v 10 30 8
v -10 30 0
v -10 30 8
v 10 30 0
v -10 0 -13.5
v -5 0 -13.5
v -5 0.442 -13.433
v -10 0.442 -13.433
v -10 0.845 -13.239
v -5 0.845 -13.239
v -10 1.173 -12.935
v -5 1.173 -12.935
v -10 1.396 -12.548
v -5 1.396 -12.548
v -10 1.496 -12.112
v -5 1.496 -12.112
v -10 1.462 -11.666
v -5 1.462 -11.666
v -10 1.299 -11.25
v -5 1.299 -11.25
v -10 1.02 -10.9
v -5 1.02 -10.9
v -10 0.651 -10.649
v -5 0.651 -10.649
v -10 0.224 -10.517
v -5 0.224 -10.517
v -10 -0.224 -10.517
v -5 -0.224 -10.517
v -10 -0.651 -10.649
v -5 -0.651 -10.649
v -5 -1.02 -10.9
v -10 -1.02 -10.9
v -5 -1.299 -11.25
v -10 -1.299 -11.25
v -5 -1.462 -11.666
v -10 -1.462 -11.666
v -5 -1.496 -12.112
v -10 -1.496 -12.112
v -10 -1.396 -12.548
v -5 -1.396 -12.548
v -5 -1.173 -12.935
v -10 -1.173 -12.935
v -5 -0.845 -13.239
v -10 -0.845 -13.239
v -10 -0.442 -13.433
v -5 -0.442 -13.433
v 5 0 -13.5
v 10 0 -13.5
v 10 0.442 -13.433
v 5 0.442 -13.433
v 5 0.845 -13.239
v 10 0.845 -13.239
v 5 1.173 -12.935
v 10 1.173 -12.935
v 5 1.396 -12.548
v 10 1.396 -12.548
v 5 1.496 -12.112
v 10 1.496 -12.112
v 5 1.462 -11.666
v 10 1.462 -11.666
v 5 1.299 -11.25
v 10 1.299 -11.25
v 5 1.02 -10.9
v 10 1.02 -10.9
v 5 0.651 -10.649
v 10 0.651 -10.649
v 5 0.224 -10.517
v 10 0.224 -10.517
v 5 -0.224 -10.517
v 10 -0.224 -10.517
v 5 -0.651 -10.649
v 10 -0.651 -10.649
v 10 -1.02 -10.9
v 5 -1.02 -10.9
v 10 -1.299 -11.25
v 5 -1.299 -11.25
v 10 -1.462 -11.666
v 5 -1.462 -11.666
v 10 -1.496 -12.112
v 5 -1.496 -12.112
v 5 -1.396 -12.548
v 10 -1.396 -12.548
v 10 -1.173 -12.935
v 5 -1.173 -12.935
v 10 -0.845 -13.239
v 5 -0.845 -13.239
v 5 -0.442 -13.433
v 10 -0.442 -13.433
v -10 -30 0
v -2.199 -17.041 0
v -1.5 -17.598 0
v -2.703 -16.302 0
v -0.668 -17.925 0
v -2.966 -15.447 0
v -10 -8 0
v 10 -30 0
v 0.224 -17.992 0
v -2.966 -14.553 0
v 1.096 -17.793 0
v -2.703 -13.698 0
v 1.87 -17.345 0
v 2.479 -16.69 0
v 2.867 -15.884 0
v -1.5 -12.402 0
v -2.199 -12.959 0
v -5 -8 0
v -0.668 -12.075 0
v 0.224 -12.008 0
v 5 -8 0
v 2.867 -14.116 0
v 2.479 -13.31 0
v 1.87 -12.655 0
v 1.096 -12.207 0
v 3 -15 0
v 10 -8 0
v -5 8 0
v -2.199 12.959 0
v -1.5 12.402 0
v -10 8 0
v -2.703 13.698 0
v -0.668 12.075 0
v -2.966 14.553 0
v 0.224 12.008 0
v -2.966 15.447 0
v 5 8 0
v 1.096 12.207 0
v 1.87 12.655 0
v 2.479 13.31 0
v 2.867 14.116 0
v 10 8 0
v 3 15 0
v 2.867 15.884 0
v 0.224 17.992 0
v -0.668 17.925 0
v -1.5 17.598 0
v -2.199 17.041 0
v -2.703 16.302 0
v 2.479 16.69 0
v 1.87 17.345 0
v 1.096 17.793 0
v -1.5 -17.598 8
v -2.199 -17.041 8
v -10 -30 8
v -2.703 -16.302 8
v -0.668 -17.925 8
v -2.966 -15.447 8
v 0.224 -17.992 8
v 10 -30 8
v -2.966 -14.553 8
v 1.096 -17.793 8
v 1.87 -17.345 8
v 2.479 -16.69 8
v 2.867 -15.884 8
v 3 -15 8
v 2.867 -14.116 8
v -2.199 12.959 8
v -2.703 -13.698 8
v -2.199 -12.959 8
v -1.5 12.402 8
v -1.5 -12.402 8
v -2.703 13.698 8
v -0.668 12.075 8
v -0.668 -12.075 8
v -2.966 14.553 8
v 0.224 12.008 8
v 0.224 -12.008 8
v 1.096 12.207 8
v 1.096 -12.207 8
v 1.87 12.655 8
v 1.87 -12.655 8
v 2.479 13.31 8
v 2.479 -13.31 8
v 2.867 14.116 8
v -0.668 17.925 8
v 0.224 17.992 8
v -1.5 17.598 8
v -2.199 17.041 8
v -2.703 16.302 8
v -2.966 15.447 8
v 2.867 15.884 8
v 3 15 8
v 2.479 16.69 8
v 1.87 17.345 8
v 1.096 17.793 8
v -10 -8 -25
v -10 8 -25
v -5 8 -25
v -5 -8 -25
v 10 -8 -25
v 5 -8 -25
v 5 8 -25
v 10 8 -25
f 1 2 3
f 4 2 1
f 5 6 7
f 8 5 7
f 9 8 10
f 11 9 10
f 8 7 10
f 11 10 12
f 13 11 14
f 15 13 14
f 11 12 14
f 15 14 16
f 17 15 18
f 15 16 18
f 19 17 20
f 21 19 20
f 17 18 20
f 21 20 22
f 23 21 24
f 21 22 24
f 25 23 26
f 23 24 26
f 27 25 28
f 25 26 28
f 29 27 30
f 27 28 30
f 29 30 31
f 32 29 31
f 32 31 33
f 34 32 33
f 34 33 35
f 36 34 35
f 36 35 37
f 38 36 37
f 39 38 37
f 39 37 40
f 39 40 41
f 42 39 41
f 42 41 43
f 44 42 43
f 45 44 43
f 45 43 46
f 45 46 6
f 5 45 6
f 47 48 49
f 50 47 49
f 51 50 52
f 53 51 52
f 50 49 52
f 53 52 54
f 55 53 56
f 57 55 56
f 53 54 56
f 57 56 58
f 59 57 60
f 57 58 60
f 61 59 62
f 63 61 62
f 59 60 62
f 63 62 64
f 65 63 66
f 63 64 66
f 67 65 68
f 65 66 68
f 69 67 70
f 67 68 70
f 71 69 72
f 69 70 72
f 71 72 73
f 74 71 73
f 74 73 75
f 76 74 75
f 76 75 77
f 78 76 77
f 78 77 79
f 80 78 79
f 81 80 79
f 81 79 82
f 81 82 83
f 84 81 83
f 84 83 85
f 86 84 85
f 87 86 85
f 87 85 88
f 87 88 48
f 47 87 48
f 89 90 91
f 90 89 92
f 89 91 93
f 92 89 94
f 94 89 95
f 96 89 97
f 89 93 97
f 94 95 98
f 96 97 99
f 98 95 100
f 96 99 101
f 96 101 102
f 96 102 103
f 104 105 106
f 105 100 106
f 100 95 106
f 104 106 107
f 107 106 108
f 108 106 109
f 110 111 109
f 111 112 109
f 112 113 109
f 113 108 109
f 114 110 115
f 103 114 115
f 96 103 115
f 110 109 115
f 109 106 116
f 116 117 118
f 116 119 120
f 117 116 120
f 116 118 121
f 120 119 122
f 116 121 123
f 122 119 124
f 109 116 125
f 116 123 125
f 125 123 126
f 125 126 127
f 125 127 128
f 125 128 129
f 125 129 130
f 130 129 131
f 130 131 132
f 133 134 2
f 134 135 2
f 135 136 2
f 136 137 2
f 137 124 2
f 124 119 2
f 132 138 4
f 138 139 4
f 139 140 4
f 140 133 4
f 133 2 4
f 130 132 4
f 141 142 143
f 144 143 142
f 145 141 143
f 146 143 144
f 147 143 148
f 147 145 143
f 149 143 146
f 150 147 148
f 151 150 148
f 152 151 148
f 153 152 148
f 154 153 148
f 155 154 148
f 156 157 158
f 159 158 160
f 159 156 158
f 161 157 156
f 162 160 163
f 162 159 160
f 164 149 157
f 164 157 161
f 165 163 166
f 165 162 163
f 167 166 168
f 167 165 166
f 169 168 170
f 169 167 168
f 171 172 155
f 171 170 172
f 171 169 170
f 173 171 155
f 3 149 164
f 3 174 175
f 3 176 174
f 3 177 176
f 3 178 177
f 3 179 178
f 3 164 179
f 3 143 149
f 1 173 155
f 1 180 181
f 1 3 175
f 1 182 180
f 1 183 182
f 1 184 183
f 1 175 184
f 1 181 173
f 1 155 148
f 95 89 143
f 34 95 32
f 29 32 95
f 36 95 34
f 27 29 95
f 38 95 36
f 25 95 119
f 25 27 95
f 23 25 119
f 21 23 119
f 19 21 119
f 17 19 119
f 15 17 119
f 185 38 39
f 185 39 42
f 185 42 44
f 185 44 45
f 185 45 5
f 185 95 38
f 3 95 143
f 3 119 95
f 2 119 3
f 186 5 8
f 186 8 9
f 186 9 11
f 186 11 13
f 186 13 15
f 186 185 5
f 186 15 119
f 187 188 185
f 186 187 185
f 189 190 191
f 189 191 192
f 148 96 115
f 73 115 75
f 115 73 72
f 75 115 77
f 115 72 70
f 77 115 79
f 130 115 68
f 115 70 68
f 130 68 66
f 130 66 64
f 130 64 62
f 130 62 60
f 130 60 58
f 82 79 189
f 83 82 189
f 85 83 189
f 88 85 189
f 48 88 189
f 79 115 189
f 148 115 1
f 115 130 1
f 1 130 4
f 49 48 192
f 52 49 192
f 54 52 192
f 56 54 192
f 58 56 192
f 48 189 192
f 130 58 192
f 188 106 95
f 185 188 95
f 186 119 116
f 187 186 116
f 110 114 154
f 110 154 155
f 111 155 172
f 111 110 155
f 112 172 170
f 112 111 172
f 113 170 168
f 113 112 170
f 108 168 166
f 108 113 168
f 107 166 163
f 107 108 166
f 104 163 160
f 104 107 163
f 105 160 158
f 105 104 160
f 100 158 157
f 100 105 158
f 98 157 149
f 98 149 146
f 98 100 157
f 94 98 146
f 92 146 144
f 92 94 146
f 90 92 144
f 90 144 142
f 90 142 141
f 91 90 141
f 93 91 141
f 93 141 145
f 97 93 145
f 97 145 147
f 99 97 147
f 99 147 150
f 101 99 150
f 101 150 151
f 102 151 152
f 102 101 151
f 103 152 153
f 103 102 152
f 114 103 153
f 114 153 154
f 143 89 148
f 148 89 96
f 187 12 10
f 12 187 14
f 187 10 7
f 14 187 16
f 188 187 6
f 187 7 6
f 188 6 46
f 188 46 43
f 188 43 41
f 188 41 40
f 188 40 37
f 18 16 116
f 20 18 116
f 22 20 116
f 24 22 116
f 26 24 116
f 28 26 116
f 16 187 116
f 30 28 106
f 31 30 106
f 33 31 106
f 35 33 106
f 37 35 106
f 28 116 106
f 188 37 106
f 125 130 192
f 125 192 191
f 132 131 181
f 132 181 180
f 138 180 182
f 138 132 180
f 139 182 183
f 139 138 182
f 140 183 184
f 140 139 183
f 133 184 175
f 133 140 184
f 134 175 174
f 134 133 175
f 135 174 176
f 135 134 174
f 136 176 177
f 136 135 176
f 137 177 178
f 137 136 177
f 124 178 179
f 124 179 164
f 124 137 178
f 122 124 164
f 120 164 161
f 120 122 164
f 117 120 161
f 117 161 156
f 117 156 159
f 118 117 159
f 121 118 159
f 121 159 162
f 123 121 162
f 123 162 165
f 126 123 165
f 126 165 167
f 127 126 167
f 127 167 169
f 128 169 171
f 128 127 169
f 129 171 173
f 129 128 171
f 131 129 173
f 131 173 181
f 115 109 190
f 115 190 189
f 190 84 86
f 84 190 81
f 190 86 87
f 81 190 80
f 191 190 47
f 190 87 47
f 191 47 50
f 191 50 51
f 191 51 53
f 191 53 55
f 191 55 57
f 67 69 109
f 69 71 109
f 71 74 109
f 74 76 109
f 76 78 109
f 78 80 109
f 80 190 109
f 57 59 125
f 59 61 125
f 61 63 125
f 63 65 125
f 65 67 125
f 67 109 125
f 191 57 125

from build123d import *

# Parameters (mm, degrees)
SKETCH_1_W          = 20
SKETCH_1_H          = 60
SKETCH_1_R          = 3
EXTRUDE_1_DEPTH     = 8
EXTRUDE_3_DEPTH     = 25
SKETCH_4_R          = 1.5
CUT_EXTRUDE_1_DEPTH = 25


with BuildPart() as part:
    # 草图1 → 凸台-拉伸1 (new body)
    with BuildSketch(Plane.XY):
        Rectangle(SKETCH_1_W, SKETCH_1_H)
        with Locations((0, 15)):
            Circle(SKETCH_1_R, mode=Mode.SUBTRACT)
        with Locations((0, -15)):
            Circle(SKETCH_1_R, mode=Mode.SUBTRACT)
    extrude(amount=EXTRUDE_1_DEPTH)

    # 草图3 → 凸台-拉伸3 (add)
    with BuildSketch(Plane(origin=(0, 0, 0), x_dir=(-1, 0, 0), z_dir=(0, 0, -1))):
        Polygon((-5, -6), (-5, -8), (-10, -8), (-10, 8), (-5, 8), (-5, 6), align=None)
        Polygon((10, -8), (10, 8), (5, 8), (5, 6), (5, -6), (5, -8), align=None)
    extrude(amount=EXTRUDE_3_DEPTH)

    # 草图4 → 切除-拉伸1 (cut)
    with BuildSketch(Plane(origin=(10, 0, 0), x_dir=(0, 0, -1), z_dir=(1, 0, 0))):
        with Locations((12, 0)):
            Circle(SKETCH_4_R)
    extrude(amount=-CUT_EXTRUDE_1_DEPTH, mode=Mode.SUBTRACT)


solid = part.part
------------------------------------------------------------
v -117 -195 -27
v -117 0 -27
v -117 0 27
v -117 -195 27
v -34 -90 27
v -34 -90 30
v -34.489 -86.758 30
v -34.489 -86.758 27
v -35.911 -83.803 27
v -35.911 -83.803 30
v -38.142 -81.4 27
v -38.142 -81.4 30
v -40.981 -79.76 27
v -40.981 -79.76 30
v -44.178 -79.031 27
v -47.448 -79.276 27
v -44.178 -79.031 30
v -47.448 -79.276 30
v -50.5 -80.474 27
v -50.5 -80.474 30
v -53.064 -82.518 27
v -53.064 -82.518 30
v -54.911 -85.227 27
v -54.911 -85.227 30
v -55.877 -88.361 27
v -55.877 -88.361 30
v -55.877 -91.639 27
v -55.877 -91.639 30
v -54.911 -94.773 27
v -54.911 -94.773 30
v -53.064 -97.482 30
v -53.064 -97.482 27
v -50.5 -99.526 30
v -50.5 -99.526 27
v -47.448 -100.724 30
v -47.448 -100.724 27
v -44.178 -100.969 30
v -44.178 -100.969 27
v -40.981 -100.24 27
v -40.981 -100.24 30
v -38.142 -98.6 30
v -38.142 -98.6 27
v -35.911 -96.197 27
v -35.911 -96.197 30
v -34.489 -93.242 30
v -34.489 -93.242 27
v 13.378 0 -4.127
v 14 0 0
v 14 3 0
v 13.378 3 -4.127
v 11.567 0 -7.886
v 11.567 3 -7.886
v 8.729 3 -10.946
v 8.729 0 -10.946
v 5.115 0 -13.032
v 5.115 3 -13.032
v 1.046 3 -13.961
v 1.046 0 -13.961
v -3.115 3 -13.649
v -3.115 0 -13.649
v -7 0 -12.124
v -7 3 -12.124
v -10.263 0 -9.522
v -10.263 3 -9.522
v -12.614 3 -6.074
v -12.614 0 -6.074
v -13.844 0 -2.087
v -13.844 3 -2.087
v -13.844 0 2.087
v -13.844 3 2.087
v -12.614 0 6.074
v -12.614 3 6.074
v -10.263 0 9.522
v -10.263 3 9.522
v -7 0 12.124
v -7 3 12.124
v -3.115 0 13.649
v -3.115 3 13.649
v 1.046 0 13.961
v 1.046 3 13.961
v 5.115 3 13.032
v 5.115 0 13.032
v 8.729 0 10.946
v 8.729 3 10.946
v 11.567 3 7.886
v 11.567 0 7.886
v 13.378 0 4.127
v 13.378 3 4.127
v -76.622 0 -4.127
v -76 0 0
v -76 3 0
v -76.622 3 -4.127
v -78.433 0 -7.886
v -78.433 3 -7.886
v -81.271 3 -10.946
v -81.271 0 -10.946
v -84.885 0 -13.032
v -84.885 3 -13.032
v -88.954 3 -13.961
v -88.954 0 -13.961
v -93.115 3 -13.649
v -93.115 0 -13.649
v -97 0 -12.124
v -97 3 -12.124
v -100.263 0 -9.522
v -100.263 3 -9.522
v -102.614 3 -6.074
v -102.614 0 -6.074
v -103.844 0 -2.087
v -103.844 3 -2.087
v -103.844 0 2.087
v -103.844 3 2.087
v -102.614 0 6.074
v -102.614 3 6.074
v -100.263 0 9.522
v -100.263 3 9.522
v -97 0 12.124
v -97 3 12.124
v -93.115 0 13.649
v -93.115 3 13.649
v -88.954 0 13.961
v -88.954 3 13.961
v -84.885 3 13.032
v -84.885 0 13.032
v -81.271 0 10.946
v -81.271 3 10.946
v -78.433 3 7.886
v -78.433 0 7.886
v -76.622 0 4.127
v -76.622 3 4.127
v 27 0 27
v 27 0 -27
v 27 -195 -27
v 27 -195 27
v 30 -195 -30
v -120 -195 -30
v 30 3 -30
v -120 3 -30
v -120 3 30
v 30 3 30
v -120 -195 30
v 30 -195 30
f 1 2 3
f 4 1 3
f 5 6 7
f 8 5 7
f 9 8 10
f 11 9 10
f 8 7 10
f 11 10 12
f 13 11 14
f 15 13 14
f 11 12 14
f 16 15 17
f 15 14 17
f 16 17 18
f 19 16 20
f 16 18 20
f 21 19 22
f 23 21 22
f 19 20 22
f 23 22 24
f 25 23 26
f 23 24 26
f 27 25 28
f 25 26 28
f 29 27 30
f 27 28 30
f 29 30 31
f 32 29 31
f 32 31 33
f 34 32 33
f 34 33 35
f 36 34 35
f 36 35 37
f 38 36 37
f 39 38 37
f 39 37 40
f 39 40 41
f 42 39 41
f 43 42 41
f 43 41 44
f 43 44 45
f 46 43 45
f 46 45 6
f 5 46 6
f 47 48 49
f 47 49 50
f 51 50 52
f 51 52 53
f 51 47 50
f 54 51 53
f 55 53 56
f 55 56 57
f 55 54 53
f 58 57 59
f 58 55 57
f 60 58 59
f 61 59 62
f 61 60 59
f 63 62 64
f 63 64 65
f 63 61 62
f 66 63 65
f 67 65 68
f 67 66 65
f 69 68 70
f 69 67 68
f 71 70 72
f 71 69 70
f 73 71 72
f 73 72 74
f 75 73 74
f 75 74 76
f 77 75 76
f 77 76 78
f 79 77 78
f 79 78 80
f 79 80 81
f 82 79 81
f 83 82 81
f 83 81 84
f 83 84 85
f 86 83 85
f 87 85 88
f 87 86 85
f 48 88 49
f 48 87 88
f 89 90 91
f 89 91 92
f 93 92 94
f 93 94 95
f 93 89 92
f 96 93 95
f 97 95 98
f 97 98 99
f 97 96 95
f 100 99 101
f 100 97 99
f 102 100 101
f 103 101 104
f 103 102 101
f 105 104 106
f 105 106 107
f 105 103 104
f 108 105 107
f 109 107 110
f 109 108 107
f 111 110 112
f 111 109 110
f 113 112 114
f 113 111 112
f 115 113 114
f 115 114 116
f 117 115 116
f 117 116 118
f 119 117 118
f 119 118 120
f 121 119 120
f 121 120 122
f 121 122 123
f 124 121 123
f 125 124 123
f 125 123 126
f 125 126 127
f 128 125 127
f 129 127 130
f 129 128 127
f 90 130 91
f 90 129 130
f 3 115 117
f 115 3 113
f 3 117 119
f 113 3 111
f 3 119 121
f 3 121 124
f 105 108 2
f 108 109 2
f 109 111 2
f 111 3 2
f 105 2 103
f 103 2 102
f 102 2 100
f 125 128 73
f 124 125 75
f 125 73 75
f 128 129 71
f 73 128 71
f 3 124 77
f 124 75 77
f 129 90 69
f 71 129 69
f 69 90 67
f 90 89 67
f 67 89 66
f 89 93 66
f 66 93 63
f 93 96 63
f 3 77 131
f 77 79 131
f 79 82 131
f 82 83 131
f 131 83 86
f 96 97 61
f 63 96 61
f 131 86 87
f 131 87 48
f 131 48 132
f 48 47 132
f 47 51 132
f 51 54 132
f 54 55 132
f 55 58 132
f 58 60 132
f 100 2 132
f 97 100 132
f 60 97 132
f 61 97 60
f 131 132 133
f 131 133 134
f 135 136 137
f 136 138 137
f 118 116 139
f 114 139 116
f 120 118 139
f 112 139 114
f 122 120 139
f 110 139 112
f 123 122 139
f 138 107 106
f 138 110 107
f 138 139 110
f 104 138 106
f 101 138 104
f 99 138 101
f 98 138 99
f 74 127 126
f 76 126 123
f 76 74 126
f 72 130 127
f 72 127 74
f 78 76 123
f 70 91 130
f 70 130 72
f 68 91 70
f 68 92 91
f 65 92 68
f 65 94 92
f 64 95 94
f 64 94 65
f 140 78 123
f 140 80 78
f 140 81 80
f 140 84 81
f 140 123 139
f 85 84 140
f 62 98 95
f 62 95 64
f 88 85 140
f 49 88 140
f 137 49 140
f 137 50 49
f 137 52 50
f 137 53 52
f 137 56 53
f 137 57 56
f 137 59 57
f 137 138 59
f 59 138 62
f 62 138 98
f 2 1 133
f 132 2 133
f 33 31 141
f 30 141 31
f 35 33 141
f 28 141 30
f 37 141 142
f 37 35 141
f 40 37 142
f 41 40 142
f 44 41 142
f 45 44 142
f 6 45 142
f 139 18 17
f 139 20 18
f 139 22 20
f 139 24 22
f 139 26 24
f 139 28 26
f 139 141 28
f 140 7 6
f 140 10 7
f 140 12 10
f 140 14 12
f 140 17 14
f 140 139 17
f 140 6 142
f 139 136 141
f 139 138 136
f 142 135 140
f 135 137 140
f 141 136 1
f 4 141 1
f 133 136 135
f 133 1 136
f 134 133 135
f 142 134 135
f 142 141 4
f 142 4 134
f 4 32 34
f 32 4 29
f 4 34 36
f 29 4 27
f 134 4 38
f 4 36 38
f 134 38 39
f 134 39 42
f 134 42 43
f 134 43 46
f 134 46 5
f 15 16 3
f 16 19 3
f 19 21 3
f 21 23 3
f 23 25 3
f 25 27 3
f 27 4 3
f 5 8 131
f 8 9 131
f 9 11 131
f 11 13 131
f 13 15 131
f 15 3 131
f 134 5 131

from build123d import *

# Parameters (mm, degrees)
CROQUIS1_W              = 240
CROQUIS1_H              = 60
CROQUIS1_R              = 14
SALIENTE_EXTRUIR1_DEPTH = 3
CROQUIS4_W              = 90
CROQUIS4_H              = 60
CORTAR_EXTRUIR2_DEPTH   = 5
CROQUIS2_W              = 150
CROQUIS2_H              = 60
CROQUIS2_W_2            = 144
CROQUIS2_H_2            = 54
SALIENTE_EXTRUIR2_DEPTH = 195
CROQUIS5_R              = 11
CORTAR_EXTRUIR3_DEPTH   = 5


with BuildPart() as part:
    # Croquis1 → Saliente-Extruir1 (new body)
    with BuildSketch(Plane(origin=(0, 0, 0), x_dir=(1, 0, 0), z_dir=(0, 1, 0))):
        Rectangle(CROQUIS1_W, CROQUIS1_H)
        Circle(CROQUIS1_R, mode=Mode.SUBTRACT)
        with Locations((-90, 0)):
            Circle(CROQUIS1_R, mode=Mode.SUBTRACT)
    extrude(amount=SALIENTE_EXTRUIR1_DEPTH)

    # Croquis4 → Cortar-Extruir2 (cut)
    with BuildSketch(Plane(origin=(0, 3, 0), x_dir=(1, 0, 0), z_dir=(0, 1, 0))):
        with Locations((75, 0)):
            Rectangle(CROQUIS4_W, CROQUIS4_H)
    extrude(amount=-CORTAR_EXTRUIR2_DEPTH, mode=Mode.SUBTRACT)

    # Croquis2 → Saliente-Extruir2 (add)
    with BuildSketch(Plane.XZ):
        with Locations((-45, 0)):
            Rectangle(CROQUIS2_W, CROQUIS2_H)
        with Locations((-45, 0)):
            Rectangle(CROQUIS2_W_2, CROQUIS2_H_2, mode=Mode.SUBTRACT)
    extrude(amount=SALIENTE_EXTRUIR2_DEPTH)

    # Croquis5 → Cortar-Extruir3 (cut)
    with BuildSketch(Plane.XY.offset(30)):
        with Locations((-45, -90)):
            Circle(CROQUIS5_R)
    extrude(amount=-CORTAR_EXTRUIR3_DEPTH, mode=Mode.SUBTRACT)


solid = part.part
------------------------------------------------------------
*Exercise requirements*
Look through the entries above and quote exactly the lines from the line with "f 3 174 175" to the line with "f 101 99 150", counting both of those lines.

*The completed task*
f 3 174 175
f 3 176 174
f 3 177 176
f 3 178 177
f 3 179 178
f 3 164 179
f 3 143 149
f 1 173 155
f 1 180 181
f 1 3 175
f 1 182 180
f 1 183 182
f 1 184 183
f 1 175 184
f 1 181 173
f 1 155 148
f 95 89 143
f 34 95 32
f 29 32 95
f 36 95 34
f 27 29 95
f 38 95 36
f 25 95 119
f 25 27 95
f 23 25 119
f 21 23 119
f 19 21 119
f 17 19 119
f 15 17 119
f 185 38 39
f 185 39 42
f 185 42 44
f 185 44 45
f 185 45 5
f 185 95 38
f 3 95 143
f 3 119 95
f 2 119 3
f 186 5 8
f 186 8 9
f 186 9 11
f 186 11 13
f 186 13 15
f 186 185 5
f 186 15 119
f 187 188 185
f 186 187 185
f 189 190 191
f 189 191 192
f 148 96 115
f 73 115 75
f 115 73 72
f 75 115 77
f 115 72 70
f 77 115 79
f 130 115 68
f 115 70 68
f 130 68 66
f 130 66 64
f 130 64 62
f 130 62 60
f 130 60 58
f 82 79 189
f 83 82 189
f 85 83 189
f 88 85 189
f 48 88 189
f 79 115 189
f 148 115 1
f 115 130 1
f 1 130 4
f 49 48 192
f 52 49 192
f 54 52 192
f 56 54 192
f 58 56 192
f 48 189 192
f 130 58 192
f 188 106 95
f 185 188 95
f 186 119 116
f 187 186 116
f 110 114 154
f 110 154 155
f 111 155 172
f 111 110 155
f 112 172 170
f 112 111 172
f 113 170 168
f 113 112 170
f 108 168 166
f 108 113 168
f 107 166 163
f 107 108 166
f 104 163 160
f 104 107 163
f 105 160 158
f 105 104 160
f 100 158 157
f 100 105 158
f 98 157 149
f 98 149 146
f 98 100 157
f 94 98 146
f 92 146 144
f 92 94 146
f 90 92 144
f 90 144 142
f 90 142 141
f 91 90 141
f 93 91 141
f 93 141 145
f 97 93 145
f 97 145 147
f 99 97 147
f 99 147 150
f 101 99 150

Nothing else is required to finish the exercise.